| PROVIDED ENTRIES |

--- --- ---

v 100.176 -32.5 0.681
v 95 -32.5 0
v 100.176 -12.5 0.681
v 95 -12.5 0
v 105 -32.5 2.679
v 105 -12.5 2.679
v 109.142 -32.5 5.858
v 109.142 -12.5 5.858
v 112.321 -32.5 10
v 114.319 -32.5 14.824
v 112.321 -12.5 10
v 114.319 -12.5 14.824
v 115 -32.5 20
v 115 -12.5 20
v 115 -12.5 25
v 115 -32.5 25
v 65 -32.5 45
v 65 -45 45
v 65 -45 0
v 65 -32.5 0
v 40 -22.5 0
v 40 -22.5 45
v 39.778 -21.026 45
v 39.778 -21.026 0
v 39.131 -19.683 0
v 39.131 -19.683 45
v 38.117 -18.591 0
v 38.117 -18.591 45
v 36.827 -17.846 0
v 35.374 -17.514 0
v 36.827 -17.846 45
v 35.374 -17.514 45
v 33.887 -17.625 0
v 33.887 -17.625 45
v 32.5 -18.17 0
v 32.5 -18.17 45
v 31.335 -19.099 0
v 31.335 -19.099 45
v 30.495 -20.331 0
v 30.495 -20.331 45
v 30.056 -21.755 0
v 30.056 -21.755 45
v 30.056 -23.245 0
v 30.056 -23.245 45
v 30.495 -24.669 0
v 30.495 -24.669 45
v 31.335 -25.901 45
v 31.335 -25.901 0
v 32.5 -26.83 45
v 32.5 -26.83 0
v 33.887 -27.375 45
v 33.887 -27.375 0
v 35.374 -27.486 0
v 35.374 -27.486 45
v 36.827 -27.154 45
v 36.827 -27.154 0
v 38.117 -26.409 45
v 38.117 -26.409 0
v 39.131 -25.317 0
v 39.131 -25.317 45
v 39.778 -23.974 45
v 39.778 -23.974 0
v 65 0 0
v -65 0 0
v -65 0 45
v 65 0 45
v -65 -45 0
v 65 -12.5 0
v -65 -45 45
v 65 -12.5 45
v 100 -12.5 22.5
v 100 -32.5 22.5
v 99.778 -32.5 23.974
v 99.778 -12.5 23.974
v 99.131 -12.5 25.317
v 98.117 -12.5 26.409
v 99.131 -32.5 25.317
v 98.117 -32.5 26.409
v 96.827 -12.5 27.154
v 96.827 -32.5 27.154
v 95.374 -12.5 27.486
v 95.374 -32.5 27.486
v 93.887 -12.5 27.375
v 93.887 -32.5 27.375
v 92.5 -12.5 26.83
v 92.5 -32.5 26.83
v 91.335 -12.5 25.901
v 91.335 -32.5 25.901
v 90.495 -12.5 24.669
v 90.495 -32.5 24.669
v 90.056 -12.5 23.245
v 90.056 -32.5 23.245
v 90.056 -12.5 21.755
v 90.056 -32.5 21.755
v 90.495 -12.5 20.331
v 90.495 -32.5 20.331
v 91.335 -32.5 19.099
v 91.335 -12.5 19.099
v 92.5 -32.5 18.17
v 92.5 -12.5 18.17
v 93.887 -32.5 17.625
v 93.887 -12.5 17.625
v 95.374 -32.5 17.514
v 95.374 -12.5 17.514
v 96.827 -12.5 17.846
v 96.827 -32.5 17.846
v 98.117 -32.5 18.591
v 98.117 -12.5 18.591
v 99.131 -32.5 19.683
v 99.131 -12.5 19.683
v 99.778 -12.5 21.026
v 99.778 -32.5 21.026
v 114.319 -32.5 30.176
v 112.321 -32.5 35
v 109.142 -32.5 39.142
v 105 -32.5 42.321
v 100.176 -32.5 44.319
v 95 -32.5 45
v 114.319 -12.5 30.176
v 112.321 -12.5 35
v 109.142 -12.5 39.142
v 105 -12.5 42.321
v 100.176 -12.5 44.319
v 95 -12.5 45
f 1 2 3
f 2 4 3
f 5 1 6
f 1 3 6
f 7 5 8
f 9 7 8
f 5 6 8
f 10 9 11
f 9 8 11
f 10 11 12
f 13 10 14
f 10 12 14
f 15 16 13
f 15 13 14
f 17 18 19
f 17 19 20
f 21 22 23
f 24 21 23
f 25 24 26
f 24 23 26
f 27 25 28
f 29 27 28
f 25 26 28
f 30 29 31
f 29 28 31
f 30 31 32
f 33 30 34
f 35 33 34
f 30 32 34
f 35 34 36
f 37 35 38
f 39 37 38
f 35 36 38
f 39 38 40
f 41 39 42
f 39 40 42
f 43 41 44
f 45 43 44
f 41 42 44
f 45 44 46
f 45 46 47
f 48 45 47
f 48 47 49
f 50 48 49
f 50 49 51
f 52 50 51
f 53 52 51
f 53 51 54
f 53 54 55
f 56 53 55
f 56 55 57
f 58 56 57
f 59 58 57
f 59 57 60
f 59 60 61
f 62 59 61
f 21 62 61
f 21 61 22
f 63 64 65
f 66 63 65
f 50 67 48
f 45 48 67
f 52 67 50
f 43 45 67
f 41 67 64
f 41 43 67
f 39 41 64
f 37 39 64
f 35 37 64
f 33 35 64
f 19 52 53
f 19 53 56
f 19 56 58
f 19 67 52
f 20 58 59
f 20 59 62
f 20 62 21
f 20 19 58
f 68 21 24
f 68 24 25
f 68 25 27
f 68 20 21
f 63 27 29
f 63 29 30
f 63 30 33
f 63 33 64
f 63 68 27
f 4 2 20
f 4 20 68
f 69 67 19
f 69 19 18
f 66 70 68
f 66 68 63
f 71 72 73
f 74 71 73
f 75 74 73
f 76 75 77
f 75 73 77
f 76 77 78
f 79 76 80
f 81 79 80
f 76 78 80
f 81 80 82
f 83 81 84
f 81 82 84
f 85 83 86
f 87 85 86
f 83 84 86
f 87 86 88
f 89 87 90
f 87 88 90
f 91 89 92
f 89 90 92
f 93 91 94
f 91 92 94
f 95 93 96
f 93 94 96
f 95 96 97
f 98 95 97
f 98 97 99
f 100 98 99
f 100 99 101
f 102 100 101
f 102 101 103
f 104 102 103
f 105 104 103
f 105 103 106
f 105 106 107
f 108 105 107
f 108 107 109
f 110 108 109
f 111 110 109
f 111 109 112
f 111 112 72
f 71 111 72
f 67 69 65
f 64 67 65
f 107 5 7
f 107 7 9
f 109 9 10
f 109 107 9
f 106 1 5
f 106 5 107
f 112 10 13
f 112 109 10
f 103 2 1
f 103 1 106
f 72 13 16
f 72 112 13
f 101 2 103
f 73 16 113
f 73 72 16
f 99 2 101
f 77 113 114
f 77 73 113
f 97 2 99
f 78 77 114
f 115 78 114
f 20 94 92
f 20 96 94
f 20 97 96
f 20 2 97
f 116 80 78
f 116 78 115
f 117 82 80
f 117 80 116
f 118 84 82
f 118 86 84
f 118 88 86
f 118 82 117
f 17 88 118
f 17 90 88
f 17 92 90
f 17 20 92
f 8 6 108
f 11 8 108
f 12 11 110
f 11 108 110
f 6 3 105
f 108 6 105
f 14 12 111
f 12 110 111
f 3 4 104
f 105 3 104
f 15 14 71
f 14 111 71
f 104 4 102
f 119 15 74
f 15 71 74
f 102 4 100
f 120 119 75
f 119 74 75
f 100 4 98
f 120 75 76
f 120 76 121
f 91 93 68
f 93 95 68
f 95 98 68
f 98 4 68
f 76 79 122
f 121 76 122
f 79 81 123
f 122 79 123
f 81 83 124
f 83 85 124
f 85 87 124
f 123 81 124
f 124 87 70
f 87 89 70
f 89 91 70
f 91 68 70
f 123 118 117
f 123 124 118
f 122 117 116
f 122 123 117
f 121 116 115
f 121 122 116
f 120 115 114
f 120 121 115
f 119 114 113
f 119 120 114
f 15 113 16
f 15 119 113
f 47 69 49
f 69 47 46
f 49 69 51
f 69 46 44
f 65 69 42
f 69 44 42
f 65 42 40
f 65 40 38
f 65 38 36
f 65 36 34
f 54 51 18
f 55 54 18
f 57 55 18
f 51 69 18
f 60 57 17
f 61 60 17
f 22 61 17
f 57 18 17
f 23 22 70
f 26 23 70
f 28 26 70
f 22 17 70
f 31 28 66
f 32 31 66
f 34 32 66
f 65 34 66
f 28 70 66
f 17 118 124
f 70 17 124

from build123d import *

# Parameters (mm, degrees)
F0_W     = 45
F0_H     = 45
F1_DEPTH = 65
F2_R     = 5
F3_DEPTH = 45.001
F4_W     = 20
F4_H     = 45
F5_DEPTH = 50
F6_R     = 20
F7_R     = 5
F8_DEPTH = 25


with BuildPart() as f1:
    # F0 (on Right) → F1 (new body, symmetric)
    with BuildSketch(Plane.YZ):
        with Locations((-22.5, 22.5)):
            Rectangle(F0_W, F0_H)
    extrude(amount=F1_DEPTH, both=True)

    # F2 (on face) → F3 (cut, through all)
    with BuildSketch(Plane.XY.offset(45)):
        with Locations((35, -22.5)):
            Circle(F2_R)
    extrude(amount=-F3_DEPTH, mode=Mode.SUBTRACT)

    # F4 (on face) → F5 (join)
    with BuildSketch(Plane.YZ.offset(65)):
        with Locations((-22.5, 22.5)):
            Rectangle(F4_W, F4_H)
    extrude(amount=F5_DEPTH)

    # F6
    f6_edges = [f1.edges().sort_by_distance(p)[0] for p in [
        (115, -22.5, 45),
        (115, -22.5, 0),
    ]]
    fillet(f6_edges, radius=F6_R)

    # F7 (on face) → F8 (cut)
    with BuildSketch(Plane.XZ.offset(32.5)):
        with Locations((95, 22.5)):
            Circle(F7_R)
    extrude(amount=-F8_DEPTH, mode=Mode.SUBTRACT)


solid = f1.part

--- --- ---

| BRIEF |
Look back at the entries above and repeat, unchanged, every line from the line holding "f 85 87 124" through the line holding "f 70 17 124".

| ANSWER TO THIS PROBLEM |
f 85 87 124
f 123 81 124
f 124 87 70
f 87 89 70
f 89 91 70
f 91 68 70
f 123 118 117
f 123 124 118
f 122 117 116
f 122 123 117
f 121 116 115
f 121 122 116
f 120 115 114
f 120 121 115
f 119 114 113
f 119 120 114
f 15 113 16
f 15 119 113
f 47 69 49
f 69 47 46
f 49 69 51
f 69 46 44
f 65 69 42
f 69 44 42
f 65 42 40
f 65 40 38
f 65 38 36
f 65 36 34
f 54 51 18
f 55 54 18
f 57 55 18
f 51 69 18
f 60 57 17
f 61 60 17
f 22 61 17
f 57 18 17
f 23 22 70
f 26 23 70
f 28 26 70
f 22 17 70
f 31 28 66
f 32 31 66
f 34 32 66
f 65 34 66
f 28 70 66
f 17 118 124
f 70 17 124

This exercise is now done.